Task details
Would you set down the complete data below, exactly as shown?

Material for this exercise START

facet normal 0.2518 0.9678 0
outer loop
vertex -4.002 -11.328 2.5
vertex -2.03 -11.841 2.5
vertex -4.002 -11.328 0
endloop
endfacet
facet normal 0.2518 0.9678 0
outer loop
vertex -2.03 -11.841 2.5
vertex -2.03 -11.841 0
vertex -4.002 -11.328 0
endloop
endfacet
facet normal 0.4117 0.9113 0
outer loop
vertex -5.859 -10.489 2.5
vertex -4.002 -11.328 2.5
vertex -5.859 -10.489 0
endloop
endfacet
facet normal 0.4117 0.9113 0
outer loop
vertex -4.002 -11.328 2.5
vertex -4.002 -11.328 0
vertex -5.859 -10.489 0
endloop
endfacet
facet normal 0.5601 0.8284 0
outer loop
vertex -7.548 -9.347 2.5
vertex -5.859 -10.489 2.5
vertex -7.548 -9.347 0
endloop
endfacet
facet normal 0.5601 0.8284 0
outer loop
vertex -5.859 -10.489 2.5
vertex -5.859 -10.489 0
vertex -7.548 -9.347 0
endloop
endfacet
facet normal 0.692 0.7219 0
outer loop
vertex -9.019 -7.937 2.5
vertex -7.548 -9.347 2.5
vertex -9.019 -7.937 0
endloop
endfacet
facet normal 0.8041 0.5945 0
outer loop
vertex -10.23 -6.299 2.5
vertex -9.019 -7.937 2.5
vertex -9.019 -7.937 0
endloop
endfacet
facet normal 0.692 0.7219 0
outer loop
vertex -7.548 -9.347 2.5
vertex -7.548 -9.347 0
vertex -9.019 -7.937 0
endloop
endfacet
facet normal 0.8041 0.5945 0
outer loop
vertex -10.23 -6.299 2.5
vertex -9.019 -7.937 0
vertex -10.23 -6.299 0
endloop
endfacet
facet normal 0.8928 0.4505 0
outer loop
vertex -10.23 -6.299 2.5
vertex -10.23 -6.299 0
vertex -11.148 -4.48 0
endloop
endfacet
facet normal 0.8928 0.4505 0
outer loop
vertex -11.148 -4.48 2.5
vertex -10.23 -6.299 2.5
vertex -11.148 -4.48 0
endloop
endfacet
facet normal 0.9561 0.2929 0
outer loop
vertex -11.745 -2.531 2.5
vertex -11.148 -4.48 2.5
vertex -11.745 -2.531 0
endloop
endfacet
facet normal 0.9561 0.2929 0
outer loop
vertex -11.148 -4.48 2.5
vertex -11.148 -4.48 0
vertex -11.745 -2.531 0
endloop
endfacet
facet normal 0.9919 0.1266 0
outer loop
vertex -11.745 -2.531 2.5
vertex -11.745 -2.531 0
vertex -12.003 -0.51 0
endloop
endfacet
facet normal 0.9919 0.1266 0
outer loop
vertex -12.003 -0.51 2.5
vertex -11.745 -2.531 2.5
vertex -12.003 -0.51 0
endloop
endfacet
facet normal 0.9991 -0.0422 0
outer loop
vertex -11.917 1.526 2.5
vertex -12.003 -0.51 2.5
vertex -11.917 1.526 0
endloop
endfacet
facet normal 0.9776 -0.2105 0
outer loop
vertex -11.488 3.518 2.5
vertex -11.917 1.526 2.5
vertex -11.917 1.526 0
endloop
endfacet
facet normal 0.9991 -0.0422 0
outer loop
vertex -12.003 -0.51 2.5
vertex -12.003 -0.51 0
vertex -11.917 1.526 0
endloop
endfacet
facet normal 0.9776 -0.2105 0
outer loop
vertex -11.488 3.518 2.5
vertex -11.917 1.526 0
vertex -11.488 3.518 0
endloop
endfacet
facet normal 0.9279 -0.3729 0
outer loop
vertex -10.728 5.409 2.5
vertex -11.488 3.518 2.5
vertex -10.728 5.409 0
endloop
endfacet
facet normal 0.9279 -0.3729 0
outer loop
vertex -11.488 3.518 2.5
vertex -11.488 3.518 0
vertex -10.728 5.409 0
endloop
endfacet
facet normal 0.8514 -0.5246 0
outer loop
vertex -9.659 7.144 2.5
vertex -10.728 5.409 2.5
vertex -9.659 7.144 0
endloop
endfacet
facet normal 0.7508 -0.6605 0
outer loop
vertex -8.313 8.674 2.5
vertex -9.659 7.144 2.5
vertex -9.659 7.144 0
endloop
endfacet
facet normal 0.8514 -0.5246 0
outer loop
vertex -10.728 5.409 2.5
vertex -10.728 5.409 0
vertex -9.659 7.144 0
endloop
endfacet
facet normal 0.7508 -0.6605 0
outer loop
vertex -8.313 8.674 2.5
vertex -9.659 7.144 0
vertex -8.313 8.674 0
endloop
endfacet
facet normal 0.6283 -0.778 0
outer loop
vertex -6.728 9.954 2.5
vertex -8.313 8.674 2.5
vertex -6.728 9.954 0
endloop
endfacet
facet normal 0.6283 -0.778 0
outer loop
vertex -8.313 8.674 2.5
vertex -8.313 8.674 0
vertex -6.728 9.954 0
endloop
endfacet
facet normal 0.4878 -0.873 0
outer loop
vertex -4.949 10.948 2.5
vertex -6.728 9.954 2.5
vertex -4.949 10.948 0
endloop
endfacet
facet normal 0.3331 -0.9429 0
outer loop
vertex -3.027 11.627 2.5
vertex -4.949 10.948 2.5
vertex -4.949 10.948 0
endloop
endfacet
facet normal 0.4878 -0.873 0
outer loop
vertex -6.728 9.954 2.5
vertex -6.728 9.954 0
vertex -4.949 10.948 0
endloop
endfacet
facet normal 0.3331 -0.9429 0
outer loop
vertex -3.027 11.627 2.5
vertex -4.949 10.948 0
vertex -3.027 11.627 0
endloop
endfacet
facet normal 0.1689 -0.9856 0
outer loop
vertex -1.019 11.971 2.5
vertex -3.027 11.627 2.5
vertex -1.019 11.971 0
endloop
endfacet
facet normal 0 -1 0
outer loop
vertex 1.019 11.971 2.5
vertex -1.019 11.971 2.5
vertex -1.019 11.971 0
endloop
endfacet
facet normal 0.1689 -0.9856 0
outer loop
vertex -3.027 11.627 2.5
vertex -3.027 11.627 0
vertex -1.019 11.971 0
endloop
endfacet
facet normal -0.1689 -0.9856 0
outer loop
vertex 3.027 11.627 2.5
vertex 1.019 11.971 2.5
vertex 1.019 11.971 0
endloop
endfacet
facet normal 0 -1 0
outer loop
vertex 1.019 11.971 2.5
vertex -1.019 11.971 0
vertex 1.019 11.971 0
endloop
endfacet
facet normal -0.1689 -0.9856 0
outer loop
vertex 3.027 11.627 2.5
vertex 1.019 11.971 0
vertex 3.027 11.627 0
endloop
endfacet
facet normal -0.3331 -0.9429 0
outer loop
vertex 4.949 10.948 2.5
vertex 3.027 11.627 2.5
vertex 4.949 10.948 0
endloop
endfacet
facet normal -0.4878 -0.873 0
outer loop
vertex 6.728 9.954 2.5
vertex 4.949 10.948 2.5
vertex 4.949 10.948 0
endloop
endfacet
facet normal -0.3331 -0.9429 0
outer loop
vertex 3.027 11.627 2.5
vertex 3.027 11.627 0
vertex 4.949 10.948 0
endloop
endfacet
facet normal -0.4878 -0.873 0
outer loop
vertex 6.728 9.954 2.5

Material for this exercise END

Completed exercise
facet normal 0.2518 0.9678 0
outer loop
vertex -4.002 -11.328 2.5
vertex -2.03 -11.841 2.5
vertex -4.002 -11.328 0
endloop
endfacet
facet normal 0.2518 0.9678 0
outer loop
vertex -2.03 -11.841 2.5
vertex -2.03 -11.841 0
vertex -4.002 -11.328 0
endloop
endfacet
facet normal 0.4117 0.9113 0
outer loop
vertex -5.859 -10.489 2.5
vertex -4.002 -11.328 2.5
vertex -5.859 -10.489 0
endloop
endfacet
facet normal 0.4117 0.9113 0
outer loop
vertex -4.002 -11.328 2.5
vertex -4.002 -11.328 0
vertex -5.859 -10.489 0
endloop
endfacet
facet normal 0.5601 0.8284 0
outer loop
vertex -7.548 -9.347 2.5
vertex -5.859 -10.489 2.5
vertex -7.548 -9.347 0
endloop
endfacet
facet normal 0.5601 0.8284 0
outer loop
vertex -5.859 -10.489 2.5
vertex -5.859 -10.489 0
vertex -7.548 -9.347 0
endloop
endfacet
facet normal 0.692 0.7219 0
outer loop
vertex -9.019 -7.937 2.5
vertex -7.548 -9.347 2.5
vertex -9.019 -7.937 0
endloop
endfacet
facet normal 0.8041 0.5945 0
outer loop
vertex -10.23 -6.299 2.5
vertex -9.019 -7.937 2.5
vertex -9.019 -7.937 0
endloop
endfacet
facet normal 0.692 0.7219 0
outer loop
vertex -7.548 -9.347 2.5
vertex -7.548 -9.347 0
vertex -9.019 -7.937 0
endloop
endfacet
facet normal 0.8041 0.5945 0
outer loop
vertex -10.23 -6.299 2.5
vertex -9.019 -7.937 0
vertex -10.23 -6.299 0
endloop
endfacet
facet normal 0.8928 0.4505 0
outer loop
vertex -10.23 -6.299 2.5
vertex -10.23 -6.299 0
vertex -11.148 -4.48 0
endloop
endfacet
facet normal 0.8928 0.4505 0
outer loop
vertex -11.148 -4.48 2.5
vertex -10.23 -6.299 2.5
vertex -11.148 -4.48 0
endloop
endfacet
facet normal 0.9561 0.2929 0
outer loop
vertex -11.745 -2.531 2.5
vertex -11.148 -4.48 2.5
vertex -11.745 -2.531 0
endloop
endfacet
facet normal 0.9561 0.2929 0
outer loop
vertex -11.148 -4.48 2.5
vertex -11.148 -4.48 0
vertex -11.745 -2.531 0
endloop
endfacet
facet normal 0.9919 0.1266 0
outer loop
vertex -11.745 -2.531 2.5
vertex -11.745 -2.531 0
vertex -12.003 -0.51 0
endloop
endfacet
facet normal 0.9919 0.1266 0
outer loop
vertex -12.003 -0.51 2.5
vertex -11.745 -2.531 2.5
vertex -12.003 -0.51 0
endloop
endfacet
facet normal 0.9991 -0.0422 0
outer loop
vertex -11.917 1.526 2.5
vertex -12.003 -0.51 2.5
vertex -11.917 1.526 0
endloop
endfacet
facet normal 0.9776 -0.2105 0
outer loop
vertex -11.488 3.518 2.5
vertex -11.917 1.526 2.5
vertex -11.917 1.526 0
endloop
endfacet
facet normal 0.9991 -0.0422 0
outer loop
vertex -12.003 -0.51 2.5
vertex -12.003 -0.51 0
vertex -11.917 1.526 0
endloop
endfacet
facet normal 0.9776 -0.2105 0
outer loop
vertex -11.488 3.518 2.5
vertex -11.917 1.526 0
vertex -11.488 3.518 0
endloop
endfacet
facet normal 0.9279 -0.3729 0
outer loop
vertex -10.728 5.409 2.5
vertex -11.488 3.518 2.5
vertex -10.728 5.409 0
endloop
endfacet
facet normal 0.9279 -0.3729 0
outer loop
vertex -11.488 3.518 2.5
vertex -11.488 3.518 0
vertex -10.728 5.409 0
endloop
endfacet
facet normal 0.8514 -0.5246 0
outer loop
vertex -9.659 7.144 2.5
vertex -10.728 5.409 2.5
vertex -9.659 7.144 0
endloop
endfacet
facet normal 0.7508 -0.6605 0
outer loop
vertex -8.313 8.674 2.5
vertex -9.659 7.144 2.5
vertex -9.659 7.144 0
endloop
endfacet
facet normal 0.8514 -0.5246 0
outer loop
vertex -10.728 5.409 2.5
vertex -10.728 5.409 0
vertex -9.659 7.144 0
endloop
endfacet
facet normal 0.7508 -0.6605 0
outer loop
vertex -8.313 8.674 2.5
vertex -9.659 7.144 0
vertex -8.313 8.674 0
endloop
endfacet
facet normal 0.6283 -0.778 0
outer loop
vertex -6.728 9.954 2.5
vertex -8.313 8.674 2.5
vertex -6.728 9.954 0
endloop
endfacet
facet normal 0.6283 -0.778 0
outer loop
vertex -8.313 8.674 2.5
vertex -8.313 8.674 0
vertex -6.728 9.954 0
endloop
endfacet
facet normal 0.4878 -0.873 0
outer loop
vertex -4.949 10.948 2.5
vertex -6.728 9.954 2.5
vertex -4.949 10.948 0
endloop
endfacet
facet normal 0.3331 -0.9429 0
outer loop
vertex -3.027 11.627 2.5
vertex -4.949 10.948 2.5
vertex -4.949 10.948 0
endloop
endfacet
facet normal 0.4878 -0.873 0
outer loop
vertex -6.728 9.954 2.5
vertex -6.728 9.954 0
vertex -4.949 10.948 0
endloop
endfacet
facet normal 0.3331 -0.9429 0
outer loop
vertex -3.027 11.627 2.5
vertex -4.949 10.948 0
vertex -3.027 11.627 0
endloop
endfacet
facet normal 0.1689 -0.9856 0
outer loop
vertex -1.019 11.971 2.5
vertex -3.027 11.627 2.5
vertex -1.019 11.971 0
endloop
endfacet
facet normal 0 -1 0
outer loop
vertex 1.019 11.971 2.5
vertex -1.019 11.971 2.5
vertex -1.019 11.971 0
endloop
endfacet
facet normal 0.1689 -0.9856 0
outer loop
vertex -3.027 11.627 2.5
vertex -3.027 11.627 0
vertex -1.019 11.971 0
endloop
endfacet
facet normal -0.1689 -0.9856 0
outer loop
vertex 3.027 11.627 2.5
vertex 1.019 11.971 2.5
vertex 1.019 11.971 0
endloop
endfacet
facet normal 0 -1 0
outer loop
vertex 1.019 11.971 2.5
vertex -1.019 11.971 0
vertex 1.019 11.971 0
endloop
endfacet
facet normal -0.1689 -0.9856 0
outer loop
vertex 3.027 11.627 2.5
vertex 1.019 11.971 0
vertex 3.027 11.627 0
endloop
endfacet
facet normal -0.3331 -0.9429 0
outer loop
vertex 4.949 10.948 2.5
vertex 3.027 11.627 2.5
vertex 4.949 10.948 0
endloop
endfacet
facet normal -0.4878 -0.873 0
outer loop
vertex 6.728 9.954 2.5
vertex 4.949 10.948 2.5
vertex 4.949 10.948 0
endloop
endfacet
facet normal -0.3331 -0.9429 0
outer loop
vertex 3.027 11.627 2.5
vertex 3.027 11.627 0
vertex 4.949 10.948 0
endloop
endfacet
facet normal -0.4878 -0.873 0
outer loop
vertex 6.728 9.954 2.5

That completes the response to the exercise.